Mit aktuell 30 Prozent Umsatzanteil sind Trinkwasserprojekte das dritte Standbein der Firma. Zu diesem Bereich zählt die anfangs erwähnte Wasseraufbereitungsanlage in Schweden. Oder eine Sickerwasseranlage auf einer Mülldeponie auf Sizilien, die derzeit in Betrieb genommen wird. „Unser Kunde, der Betreiber der Mülldeponie, muss nun keine Lastwagen mehr bezahlen, um das Wasser abzutransportieren“, so Martin.

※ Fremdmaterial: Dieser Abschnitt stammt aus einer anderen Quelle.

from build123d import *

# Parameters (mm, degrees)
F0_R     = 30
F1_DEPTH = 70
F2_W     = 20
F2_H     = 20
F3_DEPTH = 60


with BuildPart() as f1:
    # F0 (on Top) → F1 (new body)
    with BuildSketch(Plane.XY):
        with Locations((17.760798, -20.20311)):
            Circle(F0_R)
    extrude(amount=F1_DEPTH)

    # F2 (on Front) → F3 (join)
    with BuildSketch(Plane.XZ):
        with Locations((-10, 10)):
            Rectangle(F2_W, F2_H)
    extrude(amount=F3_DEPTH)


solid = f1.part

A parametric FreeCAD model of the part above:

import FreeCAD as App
import Part
import Sketcher
Q = App.Units.Quantity


def add_polygon(sketch, points):
    """Adds a closed chain of lines whose ends are joined by coincident constraints."""
    first, n = sketch.GeometryCount, len(points)
    for a, b in zip(points, points[1:] + points[:1]):
        sketch.addGeometry(Part.LineSegment(App.Vector(*a, 0), App.Vector(*b, 0)), False)
    for i in range(n):
        sketch.addConstraint(Sketcher.Constraint("Coincident", first + i, 2, first + (i + 1) % n, 1))

doc = App.newDocument("Part")
body = doc.addObject("PartDesign::Body", "Body")

# Sketch on XY plane
sketch1 = doc.addObject("Sketcher::SketchObject", "Sketch")
body.addObject(sketch1)
sketch1.AttachmentSupport = (doc.XY_Plane, [""])
sketch1.MapMode = "FlatFace"
sketch1.addGeometry(Part.Circle(App.Vector(18, -20, 0), App.Vector(0, 0, 1), 30), False)
sketch1.addConstraint(Sketcher.Constraint("Diameter", 0, Q("60 mm")))
sketch1.addConstraint(Sketcher.Constraint("DistanceX", -1, 1, 0, 3, Q("17.760798 mm")))
sketch1.addConstraint(Sketcher.Constraint("DistanceY", 0, 3, -1, 1, Q("20.20311 mm")))
pad1 = doc.addObject("PartDesign::Pad", "Pad")
body.addObject(pad1)
pad1.Profile = sketch1
pad1.Length = 70

# Sketch on XZ plane
sketch2 = doc.addObject("Sketcher::SketchObject", "Sketch001")
body.addObject(sketch2)
sketch2.AttachmentSupport = (doc.XZ_Plane, [""])
sketch2.MapMode = "FlatFace"
add_polygon(sketch2, [(-20, 20), (-20, 0), (0, 0), (0, 20)])  # lines 0-3
sketch2.addConstraint(Sketcher.Constraint("Vertical", 0))
sketch2.addConstraint(Sketcher.Constraint("Horizontal", 1))
sketch2.addConstraint(Sketcher.Constraint("Vertical", 2))
sketch2.addConstraint(Sketcher.Constraint("Horizontal", 3))
sketch2.addConstraint(Sketcher.Constraint("Coincident", 1, 2, -1, 1))
sketch2.addConstraint(Sketcher.Constraint("Equal", 3, 0))
sketch2.addConstraint(Sketcher.Constraint("DistanceX", 1, 1, 1, 2, Q("20 mm")))
pad2 = doc.addObject("PartDesign::Pad", "Pad001")
body.addObject(pad2)
pad2.Profile = sketch2
pad2.Length = 60

doc.recompute()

Doch so spannend die Großprojekte auch sind: Die Firmengründer glauben weiter fest an ihr ursprüngliches Konzept. Den Erfolg aus der Schifffahrt hoffen sie kurzfristig nun doch auch im Ölgeschäft wiederholen zu können. „Wir erwarten einen riesigen Boom“, so Martin. Das Potenzial im Ölmarkt sei dabei noch „viel größer“ als das in der Schifffahrt.

Die Vision bleibt das Ölgeschäft

Bogdan Serban ist nicht weniger optimistisch: „In einem Jahr wird der Öl- und Gasmarkt für uns den Bereich Schifffahrt bei weitem überholt haben“, unterstreicht er. Auch für diese Anlagen soll in Luxemburg eine Serienfertigung errichtet werden.

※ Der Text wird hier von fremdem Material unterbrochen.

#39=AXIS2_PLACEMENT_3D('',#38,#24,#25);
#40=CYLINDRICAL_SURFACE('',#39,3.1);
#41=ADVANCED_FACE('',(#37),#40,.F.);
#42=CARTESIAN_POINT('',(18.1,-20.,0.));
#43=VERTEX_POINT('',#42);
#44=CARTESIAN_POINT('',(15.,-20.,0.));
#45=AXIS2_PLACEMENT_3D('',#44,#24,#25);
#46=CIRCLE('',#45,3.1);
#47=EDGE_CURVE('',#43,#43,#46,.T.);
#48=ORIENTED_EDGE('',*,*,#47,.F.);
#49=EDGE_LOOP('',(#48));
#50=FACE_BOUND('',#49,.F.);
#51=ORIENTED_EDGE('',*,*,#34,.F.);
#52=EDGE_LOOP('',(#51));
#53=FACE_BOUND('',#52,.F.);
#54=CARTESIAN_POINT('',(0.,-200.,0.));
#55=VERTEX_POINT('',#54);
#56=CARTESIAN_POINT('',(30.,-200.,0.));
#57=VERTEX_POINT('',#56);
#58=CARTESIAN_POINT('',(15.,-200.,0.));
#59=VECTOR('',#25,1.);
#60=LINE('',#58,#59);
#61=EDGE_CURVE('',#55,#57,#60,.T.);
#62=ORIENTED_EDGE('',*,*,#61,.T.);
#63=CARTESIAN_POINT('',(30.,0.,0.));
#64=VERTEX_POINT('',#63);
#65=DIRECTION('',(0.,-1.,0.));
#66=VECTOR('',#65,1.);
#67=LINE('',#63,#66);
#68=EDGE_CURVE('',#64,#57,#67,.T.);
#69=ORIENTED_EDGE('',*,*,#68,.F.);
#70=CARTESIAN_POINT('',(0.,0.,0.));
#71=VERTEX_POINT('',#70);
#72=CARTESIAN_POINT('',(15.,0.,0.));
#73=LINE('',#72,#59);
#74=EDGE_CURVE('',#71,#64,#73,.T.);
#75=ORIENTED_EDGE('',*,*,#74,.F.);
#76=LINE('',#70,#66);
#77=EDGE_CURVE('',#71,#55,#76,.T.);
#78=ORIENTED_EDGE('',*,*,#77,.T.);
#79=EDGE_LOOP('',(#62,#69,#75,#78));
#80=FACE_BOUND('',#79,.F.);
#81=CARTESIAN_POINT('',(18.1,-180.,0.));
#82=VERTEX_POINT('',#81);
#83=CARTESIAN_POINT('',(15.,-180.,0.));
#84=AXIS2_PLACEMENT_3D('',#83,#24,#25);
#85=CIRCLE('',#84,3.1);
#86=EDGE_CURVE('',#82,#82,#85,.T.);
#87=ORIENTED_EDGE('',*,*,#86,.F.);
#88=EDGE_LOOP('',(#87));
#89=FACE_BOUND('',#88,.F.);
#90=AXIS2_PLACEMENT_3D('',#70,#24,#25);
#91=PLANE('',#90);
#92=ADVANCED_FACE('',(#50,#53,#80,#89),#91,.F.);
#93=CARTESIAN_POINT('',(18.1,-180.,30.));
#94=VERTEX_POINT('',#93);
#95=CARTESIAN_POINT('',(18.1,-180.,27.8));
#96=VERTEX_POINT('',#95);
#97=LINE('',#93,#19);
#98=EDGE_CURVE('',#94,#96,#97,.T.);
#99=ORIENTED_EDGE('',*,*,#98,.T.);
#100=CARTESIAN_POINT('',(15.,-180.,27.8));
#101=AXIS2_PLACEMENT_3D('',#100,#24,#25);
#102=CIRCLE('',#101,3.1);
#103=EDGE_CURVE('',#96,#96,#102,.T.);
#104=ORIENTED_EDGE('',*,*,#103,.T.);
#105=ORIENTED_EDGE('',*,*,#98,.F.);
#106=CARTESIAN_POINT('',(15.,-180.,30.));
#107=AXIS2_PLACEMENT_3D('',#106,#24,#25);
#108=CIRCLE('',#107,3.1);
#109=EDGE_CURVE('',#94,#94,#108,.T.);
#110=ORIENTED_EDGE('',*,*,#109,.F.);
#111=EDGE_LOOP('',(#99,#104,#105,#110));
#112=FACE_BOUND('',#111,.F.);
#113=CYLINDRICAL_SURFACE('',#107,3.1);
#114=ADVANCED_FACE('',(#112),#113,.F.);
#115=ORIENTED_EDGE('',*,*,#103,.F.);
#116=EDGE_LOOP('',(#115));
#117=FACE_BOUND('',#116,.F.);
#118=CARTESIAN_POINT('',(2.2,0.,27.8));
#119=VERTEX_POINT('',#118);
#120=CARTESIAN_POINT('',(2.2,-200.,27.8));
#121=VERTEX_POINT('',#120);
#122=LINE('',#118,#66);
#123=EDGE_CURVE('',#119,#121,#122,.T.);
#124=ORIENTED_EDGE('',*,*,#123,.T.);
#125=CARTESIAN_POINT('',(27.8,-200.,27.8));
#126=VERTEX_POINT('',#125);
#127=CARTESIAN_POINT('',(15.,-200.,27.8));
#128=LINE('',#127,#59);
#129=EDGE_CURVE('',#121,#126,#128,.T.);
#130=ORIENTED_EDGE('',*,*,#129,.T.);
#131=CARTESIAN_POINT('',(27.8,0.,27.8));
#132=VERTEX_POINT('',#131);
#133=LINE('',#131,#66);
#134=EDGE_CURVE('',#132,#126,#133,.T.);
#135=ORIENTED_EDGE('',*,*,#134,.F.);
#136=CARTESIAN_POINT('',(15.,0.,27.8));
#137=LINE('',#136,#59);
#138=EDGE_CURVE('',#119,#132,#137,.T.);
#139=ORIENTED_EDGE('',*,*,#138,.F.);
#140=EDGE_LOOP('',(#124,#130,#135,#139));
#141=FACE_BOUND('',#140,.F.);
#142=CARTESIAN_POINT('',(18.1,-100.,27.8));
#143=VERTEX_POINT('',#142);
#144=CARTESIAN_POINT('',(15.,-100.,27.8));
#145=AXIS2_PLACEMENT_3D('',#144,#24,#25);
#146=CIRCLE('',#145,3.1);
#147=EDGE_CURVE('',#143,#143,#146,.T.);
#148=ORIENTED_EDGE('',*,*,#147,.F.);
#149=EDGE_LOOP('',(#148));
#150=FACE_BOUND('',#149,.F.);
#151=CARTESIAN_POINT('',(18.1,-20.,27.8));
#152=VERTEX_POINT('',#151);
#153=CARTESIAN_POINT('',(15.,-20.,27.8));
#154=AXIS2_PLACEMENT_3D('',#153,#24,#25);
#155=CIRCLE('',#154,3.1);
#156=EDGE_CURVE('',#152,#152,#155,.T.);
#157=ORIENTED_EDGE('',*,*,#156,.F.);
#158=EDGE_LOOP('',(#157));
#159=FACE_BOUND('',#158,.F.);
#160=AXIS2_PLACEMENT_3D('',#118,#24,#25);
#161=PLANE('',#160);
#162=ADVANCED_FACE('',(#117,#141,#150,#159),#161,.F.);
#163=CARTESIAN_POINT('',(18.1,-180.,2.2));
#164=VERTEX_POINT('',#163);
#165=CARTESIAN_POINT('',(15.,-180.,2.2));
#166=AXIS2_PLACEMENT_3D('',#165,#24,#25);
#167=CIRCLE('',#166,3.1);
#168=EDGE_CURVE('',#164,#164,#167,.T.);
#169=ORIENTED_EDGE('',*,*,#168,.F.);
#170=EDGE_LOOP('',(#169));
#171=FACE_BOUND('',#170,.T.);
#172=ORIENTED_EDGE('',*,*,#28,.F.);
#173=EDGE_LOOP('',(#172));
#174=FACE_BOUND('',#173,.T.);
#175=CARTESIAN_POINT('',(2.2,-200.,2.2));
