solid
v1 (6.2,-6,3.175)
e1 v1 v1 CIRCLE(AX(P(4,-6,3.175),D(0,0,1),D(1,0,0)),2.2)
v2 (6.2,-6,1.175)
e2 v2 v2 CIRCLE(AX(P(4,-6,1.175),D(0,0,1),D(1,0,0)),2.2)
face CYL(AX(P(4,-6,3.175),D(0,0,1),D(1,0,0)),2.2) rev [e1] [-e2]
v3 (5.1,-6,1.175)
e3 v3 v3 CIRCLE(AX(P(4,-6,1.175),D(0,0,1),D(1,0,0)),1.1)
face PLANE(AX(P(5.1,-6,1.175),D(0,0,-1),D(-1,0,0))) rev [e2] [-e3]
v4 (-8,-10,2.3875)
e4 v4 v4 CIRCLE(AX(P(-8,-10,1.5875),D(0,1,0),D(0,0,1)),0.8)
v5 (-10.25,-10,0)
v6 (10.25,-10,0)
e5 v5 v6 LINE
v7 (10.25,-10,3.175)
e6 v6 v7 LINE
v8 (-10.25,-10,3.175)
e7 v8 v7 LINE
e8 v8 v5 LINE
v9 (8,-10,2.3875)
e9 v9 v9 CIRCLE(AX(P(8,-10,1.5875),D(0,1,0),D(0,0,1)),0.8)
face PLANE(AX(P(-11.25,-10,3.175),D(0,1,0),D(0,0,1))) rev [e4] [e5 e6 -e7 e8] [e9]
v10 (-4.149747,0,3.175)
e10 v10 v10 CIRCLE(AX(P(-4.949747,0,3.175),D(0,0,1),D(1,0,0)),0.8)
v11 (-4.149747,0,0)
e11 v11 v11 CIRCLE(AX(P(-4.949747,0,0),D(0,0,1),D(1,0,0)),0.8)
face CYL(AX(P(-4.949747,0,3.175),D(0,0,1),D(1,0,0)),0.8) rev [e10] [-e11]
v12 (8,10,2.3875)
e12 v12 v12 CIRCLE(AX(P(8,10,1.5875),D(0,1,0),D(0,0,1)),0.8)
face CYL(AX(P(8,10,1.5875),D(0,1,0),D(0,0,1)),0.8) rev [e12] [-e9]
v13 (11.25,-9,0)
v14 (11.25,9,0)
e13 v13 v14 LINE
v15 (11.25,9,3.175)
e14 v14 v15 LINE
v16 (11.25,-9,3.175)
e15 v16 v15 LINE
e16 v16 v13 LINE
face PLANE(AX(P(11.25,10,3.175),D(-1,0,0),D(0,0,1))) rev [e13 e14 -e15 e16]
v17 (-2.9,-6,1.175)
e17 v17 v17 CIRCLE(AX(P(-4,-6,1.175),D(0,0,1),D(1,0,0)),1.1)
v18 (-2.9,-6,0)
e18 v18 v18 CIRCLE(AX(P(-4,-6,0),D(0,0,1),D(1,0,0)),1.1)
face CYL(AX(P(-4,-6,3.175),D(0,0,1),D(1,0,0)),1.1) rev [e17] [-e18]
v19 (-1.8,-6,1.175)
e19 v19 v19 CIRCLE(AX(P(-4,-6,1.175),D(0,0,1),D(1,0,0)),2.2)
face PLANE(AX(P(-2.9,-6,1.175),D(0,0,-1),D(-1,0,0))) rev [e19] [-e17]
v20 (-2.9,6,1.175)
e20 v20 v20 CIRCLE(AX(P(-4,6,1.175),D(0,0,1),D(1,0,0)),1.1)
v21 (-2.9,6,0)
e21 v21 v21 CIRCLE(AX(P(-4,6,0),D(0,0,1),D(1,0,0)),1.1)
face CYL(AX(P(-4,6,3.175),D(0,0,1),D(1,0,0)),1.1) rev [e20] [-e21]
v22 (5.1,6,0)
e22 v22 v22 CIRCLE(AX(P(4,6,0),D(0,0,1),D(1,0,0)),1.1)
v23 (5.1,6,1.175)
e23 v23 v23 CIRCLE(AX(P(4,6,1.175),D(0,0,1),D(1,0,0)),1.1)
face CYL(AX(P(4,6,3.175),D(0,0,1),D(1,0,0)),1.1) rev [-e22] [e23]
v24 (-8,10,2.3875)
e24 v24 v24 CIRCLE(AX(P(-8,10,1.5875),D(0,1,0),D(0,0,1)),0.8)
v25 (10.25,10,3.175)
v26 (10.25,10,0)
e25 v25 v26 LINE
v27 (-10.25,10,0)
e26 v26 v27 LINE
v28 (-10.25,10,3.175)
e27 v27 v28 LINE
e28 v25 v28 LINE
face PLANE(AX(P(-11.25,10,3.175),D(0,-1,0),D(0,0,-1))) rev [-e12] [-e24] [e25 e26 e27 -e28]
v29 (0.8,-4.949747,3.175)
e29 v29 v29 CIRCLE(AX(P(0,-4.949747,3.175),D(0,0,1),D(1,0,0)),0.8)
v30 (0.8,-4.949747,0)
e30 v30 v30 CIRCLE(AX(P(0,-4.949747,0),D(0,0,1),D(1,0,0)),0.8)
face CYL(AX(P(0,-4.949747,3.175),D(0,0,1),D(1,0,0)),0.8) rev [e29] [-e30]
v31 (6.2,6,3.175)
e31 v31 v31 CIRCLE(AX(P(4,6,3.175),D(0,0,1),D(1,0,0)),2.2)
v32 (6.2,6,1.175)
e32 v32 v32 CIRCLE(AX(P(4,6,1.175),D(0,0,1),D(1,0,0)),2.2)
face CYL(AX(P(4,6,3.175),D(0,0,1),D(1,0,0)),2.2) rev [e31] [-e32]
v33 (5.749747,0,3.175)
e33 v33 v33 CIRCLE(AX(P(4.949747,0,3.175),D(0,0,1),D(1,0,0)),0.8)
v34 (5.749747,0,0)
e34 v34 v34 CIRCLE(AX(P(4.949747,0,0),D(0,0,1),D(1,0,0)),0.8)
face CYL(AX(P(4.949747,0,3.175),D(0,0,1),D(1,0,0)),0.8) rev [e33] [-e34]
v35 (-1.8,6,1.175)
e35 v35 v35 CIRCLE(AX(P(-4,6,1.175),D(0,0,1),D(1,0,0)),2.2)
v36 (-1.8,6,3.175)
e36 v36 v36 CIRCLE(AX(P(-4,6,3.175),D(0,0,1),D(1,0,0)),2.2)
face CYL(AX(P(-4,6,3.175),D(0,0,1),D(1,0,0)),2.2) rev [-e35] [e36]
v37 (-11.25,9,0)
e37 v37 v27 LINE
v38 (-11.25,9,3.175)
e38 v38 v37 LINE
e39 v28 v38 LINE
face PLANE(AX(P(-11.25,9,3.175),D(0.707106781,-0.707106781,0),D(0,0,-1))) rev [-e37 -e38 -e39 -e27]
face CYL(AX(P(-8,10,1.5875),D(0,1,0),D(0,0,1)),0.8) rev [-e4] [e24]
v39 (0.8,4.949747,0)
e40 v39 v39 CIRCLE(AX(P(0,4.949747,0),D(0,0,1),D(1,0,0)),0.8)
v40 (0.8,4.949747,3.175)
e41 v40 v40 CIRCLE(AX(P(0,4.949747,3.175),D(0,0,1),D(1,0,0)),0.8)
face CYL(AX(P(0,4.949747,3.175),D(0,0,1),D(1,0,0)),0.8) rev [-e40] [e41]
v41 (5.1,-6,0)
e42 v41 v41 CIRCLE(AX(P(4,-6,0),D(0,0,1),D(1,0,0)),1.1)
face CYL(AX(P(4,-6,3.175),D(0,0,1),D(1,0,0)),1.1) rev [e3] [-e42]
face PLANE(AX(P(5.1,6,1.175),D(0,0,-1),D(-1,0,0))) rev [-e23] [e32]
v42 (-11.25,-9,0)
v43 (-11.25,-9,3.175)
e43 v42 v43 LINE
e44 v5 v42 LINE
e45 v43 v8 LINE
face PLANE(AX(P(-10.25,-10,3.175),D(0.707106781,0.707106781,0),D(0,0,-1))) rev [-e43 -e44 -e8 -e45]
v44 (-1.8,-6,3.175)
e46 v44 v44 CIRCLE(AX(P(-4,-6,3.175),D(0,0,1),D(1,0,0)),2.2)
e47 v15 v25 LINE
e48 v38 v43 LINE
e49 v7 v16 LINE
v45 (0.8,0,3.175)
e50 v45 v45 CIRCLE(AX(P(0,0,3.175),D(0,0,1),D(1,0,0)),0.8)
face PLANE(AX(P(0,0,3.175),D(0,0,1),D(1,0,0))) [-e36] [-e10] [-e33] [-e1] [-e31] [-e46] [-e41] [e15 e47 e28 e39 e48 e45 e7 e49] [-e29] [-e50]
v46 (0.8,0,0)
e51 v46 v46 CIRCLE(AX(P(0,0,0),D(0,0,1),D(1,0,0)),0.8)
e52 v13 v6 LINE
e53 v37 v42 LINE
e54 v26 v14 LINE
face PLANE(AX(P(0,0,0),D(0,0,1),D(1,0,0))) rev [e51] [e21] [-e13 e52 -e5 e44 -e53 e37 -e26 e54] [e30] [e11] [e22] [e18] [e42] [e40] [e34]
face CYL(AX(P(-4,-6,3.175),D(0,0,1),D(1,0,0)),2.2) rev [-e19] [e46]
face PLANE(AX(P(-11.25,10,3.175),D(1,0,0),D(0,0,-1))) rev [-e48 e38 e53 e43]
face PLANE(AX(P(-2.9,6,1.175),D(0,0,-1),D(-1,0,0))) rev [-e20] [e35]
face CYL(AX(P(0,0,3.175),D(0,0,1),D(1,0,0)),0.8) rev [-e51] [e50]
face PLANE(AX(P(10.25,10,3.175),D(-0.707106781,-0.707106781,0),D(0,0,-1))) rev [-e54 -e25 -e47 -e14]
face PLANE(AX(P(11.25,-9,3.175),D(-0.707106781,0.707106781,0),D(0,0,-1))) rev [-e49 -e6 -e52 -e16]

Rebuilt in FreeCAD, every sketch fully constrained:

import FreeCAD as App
import Part
import Sketcher

V = App.Vector
Q = App.Units.Quantity


def edges_at(feature, points):
    """Names of the edges that pass closest to the given points."""
    edges = feature.Shape.Edges
    near = lambda p: min(range(len(edges)), key=lambda i: edges[i].distToShape(Part.Vertex(*p))[0])
    return sorted({f"Edge{near(p) + 1}" for p in points})

doc = App.newDocument("Part")
body = doc.addObject("PartDesign::Body", "Body")

# Sketch on XY plane
sketch1 = body.newObject("Sketcher::SketchObject", "Sketch")
sketch1.AttachmentSupport = (doc.getObject("XY_Plane"), [""])
sketch1.MapMode = "FlatFace"
sketch1.addGeometry(Part.LineSegment(V(-11, 10, 0), V(-11, -10, 0)), False)
sketch1.addGeometry(Part.LineSegment(V(-11, -10, 0), V(11, -10, 0)), False)
sketch1.addGeometry(Part.LineSegment(V(11, -10, 0), V(11, 10, 0)), False)
sketch1.addGeometry(Part.LineSegment(V(11, 10, 0), V(-11, 10, 0)), False)
sketch1.addConstraint(Sketcher.Constraint("Coincident", 0, 2, 1, 1))
sketch1.addConstraint(Sketcher.Constraint("Coincident", 1, 2, 2, 1))
sketch1.addConstraint(Sketcher.Constraint("Coincident", 2, 2, 3, 1))
sketch1.addConstraint(Sketcher.Constraint("Coincident", 3, 2, 0, 1))
sketch1.addConstraint(Sketcher.Constraint("Vertical", 0))
sketch1.addConstraint(Sketcher.Constraint("Horizontal", 1))
sketch1.addConstraint(Sketcher.Constraint("Vertical", 2))
sketch1.addConstraint(Sketcher.Constraint("Horizontal", 3))
sketch1.addConstraint(Sketcher.Constraint("Symmetric", 0, 2, 2, 2, -1, 1))
sketch1.addConstraint(Sketcher.Constraint("DistanceY", 0, 2, 0, 1, Q("20 mm")))
sketch1.addConstraint(Sketcher.Constraint("DistanceX", 1, 1, 1, 2, Q("22.5 mm")))
pad1 = body.newObject("PartDesign::Pad", "Pad")
pad1.Profile = sketch1
pad1.Length = 3.175

# Sketch on XY plane
sketch2 = body.newObject("Sketcher::SketchObject", "Sketch001")
sketch2.AttachmentSupport = (doc.getObject("XY_Plane"), [""])
sketch2.MapMode = "FlatFace"
sketch2.AttachmentOffset = App.Placement(V(0, 0, 3.175), App.Rotation())
sketch2.addGeometry(Part.Circle(V(4, 6, 0), V(0, 0, 1), 1.1), False)
sketch2.addGeometry(Part.Circle(V(-4, -6, 0), V(0, 0, 1), 1.1), False)
sketch2.addGeometry(Part.Circle(V(-4, 6, 0), V(0, 0, 1), 1.1), False)
sketch2.addGeometry(Part.Circle(V(4, -6, 0), V(0, 0, 1), 1.1), False)
sketch2.addConstraint(Sketcher.Constraint("Equal", 0, 1))
sketch2.addConstraint(Sketcher.Constraint("Equal", 1, 2))
sketch2.addConstraint(Sketcher.Constraint("Equal", 2, 3))
sketch2.addConstraint(Sketcher.Constraint("Symmetric", 0, 3, 1, 3, -1, 1))
sketch2.addConstraint(Sketcher.Constraint("Symmetric", 2, 3, 3, 3, -1, 1))
sketch2.addConstraint(Sketcher.Constraint("Symmetric", 0, 3, 2, 3, -2))
sketch2.addConstraint(Sketcher.Constraint("Diameter", 0, Q("2.2 mm")))
sketch2.addConstraint(Sketcher.Constraint("DistanceX", -1, 1, 0, 3, Q("4 mm")))
sketch2.addConstraint(Sketcher.Constraint("DistanceY", -1, 1, 0, 3, Q("6 mm")))
doc.recompute()
hole = body.newObject("PartDesign::Hole", "Hole")
hole.Profile = sketch2
hole.ThreadType = "None"
hole.Diameter = 2.2
hole.DepthType = "ThroughAll"
hole.HoleCutType = "Counterbore"
hole.HoleCutDiameter = 4.4
hole.HoleCutDepth = 2

# Sketch on XZ plane
sketch3 = body.newObject("Sketcher::SketchObject", "Sketch002")
sketch3.AttachmentSupport = (doc.getObject("XZ_Plane"), [""])
sketch3.MapMode = "FlatFace"
sketch3.AttachmentOffset = App.Placement(V(0, 0, -10), App.Rotation())
sketch3.addGeometry(Part.Circle(V(8, 1.6, 0), V(0, 0, 1), 0.8), False)
sketch3.addGeometry(Part.Circle(V(-8, 1.6, 0), V(0, 0, 1), 0.8), False)
sketch3.addConstraint(Sketcher.Constraint("Equal", 0, 1))
sketch3.addConstraint(Sketcher.Constraint("Symmetric", 0, 3, 1, 3, -2))
sketch3.addConstraint(Sketcher.Constraint("Diameter", 0, Q("1.6 mm")))
sketch3.addConstraint(Sketcher.Constraint("DistanceX", -1, 1, 0, 3, Q("8 mm")))
sketch3.addConstraint(Sketcher.Constraint("DistanceY", -1, 1, 0, 3, Q("1.5875 mm")))
doc.recompute()
hole2 = body.newObject("PartDesign::Hole", "Hole001")
hole2.Profile = sketch3
hole2.ThreadType = "None"
hole2.Diameter = 1.6
hole2.DepthType = "ThroughAll"
hole2.Reversed = True

# Sketch on XY plane
sketch4 = body.newObject("Sketcher::SketchObject", "Sketch003")
sketch4.AttachmentSupport = (doc.getObject("XY_Plane"), [""])
sketch4.MapMode = "FlatFace"
sketch4.AttachmentOffset = App.Placement(V(0, 0, 3.175), App.Rotation())
sketch4.addGeometry(Part.Circle(V(0, 0, 0), V(0, 0, 1), 0.8), False)
sketch4.addGeometry(Part.Circle(V(-4.9, 0, 0), V(0, 0, 1), 0.8), False)
sketch4.addGeometry(Part.Circle(V(0, -4.9, 0), V(0, 0, 1), 0.8), False)
sketch4.addGeometry(Part.Circle(V(4.9, 0, 0), V(0, 0, 1), 0.8), False)
sketch4.addGeometry(Part.Circle(V(0, 4.9, 0), V(0, 0, 1), 0.8), False)
sketch4.addConstraint(Sketcher.Constraint("Coincident", 0, 3, -1, 1))
sketch4.addConstraint(Sketcher.Constraint("Equal", 0, 1))
sketch4.addConstraint(Sketcher.Constraint("Equal", 1, 2))
sketch4.addConstraint(Sketcher.Constraint("Equal", 2, 3))
sketch4.addConstraint(Sketcher.Constraint("Equal", 3, 4))
sketch4.addConstraint(Sketcher.Constraint("Symmetric", 1, 3, 3, 3, -1, 1))
sketch4.addConstraint(Sketcher.Constraint("Symmetric", 2, 3, 4, 3, -1, 1))
sketch4.addConstraint(Sketcher.Constraint("PointOnObject", 1, 3, -1))
sketch4.addConstraint(Sketcher.Constraint("PointOnObject", 2, 3, -2))
sketch4.addConstraint(Sketcher.Constraint("Diameter", 0, Q("1.6 mm")))
sketch4.addConstraint(Sketcher.Constraint("DistanceX", 1, 3, -1, 1, Q("4.949747 mm")))
sketch4.addConstraint(Sketcher.Constraint("DistanceY", 2, 3, -1, 1, Q("4.949747 mm")))
doc.recompute()
hole3 = body.newObject("PartDesign::Hole", "Hole002")
hole3.Profile = sketch4
hole3.ThreadType = "None"
hole3.Diameter = 1.6
hole3.DepthType = "ThroughAll"
doc.recompute()

chamfer = body.newObject("PartDesign::Chamfer", "Chamfer")
chamfer.Base = (hole3, edges_at(hole3, [
    (11.25, -10, 1.587),
    (-11.25, -10, 1.587),
    (-11.25, 10, 1.587),
    (11.25, 10, 1.587),
]))
chamfer.Size = 1

doc.recompute()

Die 2015 in den USA verkaufte Containeranlage zum Abwassersäubern hat Apateq mittlerweile zurück. Ein neuer Kunde hat sich auch gefunden. Nachdem eine neue Genehmigungsprozedur zwei Jahre gedauert hatte, wurde die Anlage nun Mitte August erneut in den USA eingeweiht. Eine solche Anlage kostet zwei bis drei Millionen Dollar.
Verkaufen wollen die Unternehmer ihre Firma jedenfalls nicht. Vor allem im Ölmarkt würde dies der Entwicklung der Firma sogar schaden. „Wer gekauft wird, der hat eine Farbe“, so Serban. „Dann ist man nicht mehr neutral.“ Ganz egal, ob der Käufer aus China, den USA dem Mittleren Osten, Frankreich oder Russland stammt. „Wir aus Luxemburg hingegen sind neutral und können überall hin. Zudem steht Luxemburg für Qualität.“

Prinz Félix aus Luxemburg und Prinzessin Victoria von Schweden stoßen mit einem Glas reinsten Wassers aus der Apateq-Anlage an

Für die längerfristige Zukunft machen sich die beiden Unternehmer keine Sorgen. „Bei Wasser werden noch viele Lösungen gesucht. 70 bis 80 Prozent aller Kläranlagen der Welt sind überlastet“, so Martin. „Die notwendige Technologie gibt es – was fehlt, ist der politische Wille. Erst wenn Trinkwasser teurer wird, werden die Leute beginnen, nach Alternativen zu suchen.“

Jacques Zeyen
20. August 2019 - 9.53

Bravo. Hightech sinnvoll eingesetzt. Schlage vor den amerikanischen Markt zu erobern.Der wird nämlich gewaltig,da die Trumpolinos durch Fracking serienweise ihre Quellen ruinieren.Hier müssen auch ganze Dörfer umgesiedelt werden weil die Quellen vergiftet sind.